[Saved entries]

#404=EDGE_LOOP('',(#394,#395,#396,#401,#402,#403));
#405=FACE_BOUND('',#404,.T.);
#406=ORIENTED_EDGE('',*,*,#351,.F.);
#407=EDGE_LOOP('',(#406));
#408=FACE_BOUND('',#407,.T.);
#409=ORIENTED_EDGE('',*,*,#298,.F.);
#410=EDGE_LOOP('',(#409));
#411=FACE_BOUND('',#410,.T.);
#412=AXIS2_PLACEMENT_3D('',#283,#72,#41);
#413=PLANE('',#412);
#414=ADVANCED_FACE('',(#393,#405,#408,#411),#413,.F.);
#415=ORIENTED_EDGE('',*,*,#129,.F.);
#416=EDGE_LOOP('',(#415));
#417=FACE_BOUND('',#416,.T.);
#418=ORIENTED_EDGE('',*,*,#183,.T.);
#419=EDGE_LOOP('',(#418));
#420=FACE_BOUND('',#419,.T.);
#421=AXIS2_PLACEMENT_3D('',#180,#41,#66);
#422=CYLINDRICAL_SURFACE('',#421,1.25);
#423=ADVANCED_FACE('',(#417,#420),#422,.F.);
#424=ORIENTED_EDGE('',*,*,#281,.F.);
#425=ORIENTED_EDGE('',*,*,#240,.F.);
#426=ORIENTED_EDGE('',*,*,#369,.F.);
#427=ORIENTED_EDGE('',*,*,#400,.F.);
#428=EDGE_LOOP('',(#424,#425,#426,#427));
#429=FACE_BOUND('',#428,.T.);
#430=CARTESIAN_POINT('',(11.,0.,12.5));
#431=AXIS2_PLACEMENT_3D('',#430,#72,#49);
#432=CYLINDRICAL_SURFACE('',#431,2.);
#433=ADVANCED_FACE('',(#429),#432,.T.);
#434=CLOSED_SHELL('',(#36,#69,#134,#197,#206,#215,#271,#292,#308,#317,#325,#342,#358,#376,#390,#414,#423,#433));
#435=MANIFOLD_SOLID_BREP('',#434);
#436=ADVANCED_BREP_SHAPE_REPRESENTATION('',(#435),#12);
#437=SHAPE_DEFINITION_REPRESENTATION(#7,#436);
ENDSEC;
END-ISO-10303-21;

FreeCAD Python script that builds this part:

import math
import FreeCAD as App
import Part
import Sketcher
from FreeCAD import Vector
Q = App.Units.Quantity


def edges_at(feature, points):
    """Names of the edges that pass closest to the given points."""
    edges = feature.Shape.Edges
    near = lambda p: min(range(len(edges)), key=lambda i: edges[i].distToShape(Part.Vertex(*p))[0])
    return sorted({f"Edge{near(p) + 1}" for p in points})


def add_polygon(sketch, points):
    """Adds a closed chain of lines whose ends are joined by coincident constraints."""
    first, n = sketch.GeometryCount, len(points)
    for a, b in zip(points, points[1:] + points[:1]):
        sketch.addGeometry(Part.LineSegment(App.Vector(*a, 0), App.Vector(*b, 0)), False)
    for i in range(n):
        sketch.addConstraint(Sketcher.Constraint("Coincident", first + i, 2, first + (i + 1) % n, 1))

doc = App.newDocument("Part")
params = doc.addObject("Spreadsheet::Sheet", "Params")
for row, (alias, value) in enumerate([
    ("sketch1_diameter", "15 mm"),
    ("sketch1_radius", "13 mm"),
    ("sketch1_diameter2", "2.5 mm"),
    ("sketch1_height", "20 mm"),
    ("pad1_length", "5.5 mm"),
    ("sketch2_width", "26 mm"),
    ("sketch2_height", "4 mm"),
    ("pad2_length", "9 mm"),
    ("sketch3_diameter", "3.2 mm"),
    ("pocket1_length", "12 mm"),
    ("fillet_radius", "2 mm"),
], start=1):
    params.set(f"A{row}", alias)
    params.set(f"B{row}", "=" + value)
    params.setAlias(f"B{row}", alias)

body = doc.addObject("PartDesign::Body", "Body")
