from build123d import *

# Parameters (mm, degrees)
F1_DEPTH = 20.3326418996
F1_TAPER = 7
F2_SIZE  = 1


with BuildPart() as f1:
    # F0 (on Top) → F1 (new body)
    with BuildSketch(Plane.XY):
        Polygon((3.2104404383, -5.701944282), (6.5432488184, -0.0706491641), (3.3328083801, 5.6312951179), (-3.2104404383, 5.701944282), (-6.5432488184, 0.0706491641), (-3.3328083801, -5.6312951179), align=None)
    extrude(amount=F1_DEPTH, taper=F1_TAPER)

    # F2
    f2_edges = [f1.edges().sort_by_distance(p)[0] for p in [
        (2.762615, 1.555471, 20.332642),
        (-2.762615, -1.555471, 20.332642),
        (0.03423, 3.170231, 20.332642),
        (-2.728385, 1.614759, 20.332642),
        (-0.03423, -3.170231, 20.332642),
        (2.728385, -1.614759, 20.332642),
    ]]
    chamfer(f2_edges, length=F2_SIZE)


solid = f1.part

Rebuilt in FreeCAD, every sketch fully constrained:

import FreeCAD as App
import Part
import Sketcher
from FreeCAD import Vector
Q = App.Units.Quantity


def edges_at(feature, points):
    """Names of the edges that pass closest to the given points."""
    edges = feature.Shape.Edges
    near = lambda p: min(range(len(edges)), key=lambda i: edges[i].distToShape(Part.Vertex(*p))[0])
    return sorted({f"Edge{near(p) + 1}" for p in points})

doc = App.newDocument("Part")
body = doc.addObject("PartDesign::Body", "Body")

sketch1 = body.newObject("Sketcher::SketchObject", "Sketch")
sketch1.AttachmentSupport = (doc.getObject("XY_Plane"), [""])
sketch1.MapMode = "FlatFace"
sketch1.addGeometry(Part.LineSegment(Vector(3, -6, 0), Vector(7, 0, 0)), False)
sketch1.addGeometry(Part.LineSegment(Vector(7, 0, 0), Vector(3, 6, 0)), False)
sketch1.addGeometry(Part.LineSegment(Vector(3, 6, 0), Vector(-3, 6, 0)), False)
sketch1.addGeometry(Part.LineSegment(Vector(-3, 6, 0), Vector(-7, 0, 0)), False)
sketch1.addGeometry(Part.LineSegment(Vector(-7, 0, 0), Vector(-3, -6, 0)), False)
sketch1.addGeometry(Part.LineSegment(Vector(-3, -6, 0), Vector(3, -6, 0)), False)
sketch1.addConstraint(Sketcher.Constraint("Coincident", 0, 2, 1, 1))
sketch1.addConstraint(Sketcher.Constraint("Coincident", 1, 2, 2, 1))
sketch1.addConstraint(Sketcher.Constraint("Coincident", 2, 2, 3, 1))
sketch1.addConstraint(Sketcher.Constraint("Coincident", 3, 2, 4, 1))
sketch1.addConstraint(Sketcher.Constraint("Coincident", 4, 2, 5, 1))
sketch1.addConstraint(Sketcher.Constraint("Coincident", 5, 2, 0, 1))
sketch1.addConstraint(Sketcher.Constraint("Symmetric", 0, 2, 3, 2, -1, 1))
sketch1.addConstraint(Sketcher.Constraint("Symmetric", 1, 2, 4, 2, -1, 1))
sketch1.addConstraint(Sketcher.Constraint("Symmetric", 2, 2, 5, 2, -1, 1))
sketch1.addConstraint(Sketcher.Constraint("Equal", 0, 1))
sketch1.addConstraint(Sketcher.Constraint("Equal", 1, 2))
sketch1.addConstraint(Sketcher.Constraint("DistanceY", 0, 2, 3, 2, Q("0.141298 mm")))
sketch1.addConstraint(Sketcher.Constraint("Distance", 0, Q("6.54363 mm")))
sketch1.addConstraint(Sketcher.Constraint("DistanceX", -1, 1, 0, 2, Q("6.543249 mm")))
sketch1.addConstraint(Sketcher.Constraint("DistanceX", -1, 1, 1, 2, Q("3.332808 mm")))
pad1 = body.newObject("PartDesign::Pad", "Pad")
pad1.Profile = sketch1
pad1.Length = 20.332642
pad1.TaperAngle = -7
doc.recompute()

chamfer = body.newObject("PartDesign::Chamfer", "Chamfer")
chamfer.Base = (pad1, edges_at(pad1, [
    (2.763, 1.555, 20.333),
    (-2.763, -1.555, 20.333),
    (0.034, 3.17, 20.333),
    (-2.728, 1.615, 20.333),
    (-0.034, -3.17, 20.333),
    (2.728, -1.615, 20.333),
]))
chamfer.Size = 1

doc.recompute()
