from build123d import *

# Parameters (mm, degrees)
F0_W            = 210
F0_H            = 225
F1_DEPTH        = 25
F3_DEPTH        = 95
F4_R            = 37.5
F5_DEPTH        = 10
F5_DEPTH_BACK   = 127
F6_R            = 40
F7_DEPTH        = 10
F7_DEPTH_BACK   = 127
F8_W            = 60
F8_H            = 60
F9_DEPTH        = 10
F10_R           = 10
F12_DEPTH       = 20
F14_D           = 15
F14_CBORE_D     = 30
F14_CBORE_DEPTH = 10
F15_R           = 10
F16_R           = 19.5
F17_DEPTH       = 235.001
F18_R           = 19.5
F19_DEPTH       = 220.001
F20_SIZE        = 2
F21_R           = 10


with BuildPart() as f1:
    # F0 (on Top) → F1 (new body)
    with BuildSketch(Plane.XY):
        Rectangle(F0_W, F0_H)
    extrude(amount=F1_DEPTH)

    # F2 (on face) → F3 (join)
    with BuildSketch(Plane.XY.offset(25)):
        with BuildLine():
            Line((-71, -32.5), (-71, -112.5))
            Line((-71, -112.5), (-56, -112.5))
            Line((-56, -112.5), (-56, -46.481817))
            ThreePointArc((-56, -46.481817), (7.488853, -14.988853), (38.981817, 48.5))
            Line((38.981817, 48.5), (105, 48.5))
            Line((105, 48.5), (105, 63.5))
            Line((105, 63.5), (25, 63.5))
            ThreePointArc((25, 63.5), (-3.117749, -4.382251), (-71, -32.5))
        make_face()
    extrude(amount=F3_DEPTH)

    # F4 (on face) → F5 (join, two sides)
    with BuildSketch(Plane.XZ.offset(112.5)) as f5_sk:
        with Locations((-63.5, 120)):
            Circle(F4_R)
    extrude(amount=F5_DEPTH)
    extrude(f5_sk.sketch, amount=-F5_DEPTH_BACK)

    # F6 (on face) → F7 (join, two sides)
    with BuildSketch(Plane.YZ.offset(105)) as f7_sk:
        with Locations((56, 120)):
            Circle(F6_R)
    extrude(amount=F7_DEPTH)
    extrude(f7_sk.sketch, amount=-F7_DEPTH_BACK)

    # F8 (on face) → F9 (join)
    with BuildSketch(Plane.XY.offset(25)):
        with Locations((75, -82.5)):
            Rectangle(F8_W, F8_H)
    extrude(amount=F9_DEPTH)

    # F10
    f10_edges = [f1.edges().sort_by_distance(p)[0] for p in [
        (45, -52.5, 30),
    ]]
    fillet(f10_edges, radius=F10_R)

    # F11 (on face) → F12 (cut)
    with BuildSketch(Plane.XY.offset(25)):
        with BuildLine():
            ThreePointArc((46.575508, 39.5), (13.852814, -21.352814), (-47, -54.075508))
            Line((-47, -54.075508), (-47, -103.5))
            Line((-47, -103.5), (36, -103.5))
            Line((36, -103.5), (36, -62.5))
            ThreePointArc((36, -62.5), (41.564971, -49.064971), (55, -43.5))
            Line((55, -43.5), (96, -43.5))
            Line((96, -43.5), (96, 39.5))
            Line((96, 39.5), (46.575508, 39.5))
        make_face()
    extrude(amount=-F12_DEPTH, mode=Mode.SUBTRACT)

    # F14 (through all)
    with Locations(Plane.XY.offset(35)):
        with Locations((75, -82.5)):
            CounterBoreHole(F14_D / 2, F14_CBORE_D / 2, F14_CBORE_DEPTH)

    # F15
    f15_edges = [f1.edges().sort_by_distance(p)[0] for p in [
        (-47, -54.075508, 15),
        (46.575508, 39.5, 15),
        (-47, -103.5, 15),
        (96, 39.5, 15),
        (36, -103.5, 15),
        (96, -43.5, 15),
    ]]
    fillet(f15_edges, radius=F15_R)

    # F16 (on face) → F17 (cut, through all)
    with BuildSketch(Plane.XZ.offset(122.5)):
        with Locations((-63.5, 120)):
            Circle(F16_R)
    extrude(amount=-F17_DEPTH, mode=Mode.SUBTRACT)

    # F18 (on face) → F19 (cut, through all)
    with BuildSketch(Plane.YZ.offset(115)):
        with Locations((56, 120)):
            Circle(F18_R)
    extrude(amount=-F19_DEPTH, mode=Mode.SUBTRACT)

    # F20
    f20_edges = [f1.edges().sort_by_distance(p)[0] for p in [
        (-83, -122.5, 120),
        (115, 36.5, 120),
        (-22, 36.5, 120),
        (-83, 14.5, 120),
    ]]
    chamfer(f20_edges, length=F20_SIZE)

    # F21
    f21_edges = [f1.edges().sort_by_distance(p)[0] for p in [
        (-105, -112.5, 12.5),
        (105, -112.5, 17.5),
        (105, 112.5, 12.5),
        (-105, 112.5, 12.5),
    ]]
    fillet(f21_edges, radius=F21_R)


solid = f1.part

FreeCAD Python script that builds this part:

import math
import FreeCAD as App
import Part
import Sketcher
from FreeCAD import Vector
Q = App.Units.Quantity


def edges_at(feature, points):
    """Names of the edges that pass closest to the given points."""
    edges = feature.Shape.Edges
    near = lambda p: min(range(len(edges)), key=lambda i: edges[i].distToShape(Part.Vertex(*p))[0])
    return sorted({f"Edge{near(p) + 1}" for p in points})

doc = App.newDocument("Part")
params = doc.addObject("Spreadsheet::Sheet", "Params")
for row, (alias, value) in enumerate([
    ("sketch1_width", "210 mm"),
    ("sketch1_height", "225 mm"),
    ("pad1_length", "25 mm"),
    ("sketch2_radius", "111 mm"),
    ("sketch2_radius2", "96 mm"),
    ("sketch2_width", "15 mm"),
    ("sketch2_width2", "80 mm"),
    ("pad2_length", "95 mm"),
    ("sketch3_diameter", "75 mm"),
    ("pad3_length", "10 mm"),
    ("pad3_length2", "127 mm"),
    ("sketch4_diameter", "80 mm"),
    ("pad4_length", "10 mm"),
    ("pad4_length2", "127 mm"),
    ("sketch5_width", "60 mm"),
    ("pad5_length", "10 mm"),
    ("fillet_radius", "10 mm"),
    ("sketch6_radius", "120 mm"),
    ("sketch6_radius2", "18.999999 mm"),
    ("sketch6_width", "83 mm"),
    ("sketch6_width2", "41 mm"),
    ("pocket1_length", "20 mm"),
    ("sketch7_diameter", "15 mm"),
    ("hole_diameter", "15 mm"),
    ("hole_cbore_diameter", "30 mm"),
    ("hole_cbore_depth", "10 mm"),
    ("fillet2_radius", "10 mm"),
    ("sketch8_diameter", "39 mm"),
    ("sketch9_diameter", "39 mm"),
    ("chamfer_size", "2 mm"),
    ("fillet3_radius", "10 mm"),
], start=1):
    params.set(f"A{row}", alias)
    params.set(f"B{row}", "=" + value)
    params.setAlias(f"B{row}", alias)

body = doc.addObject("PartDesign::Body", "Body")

(Work item) Wherever "SUBTRACT" occurs in the records above, copy the line it sits in.

(Answer to this task)
    extrude(amount=-F12_DEPTH, mode=Mode.SUBTRACT)
    extrude(amount=-F17_DEPTH, mode=Mode.SUBTRACT)
    extrude(amount=-F19_DEPTH, mode=Mode.SUBTRACT)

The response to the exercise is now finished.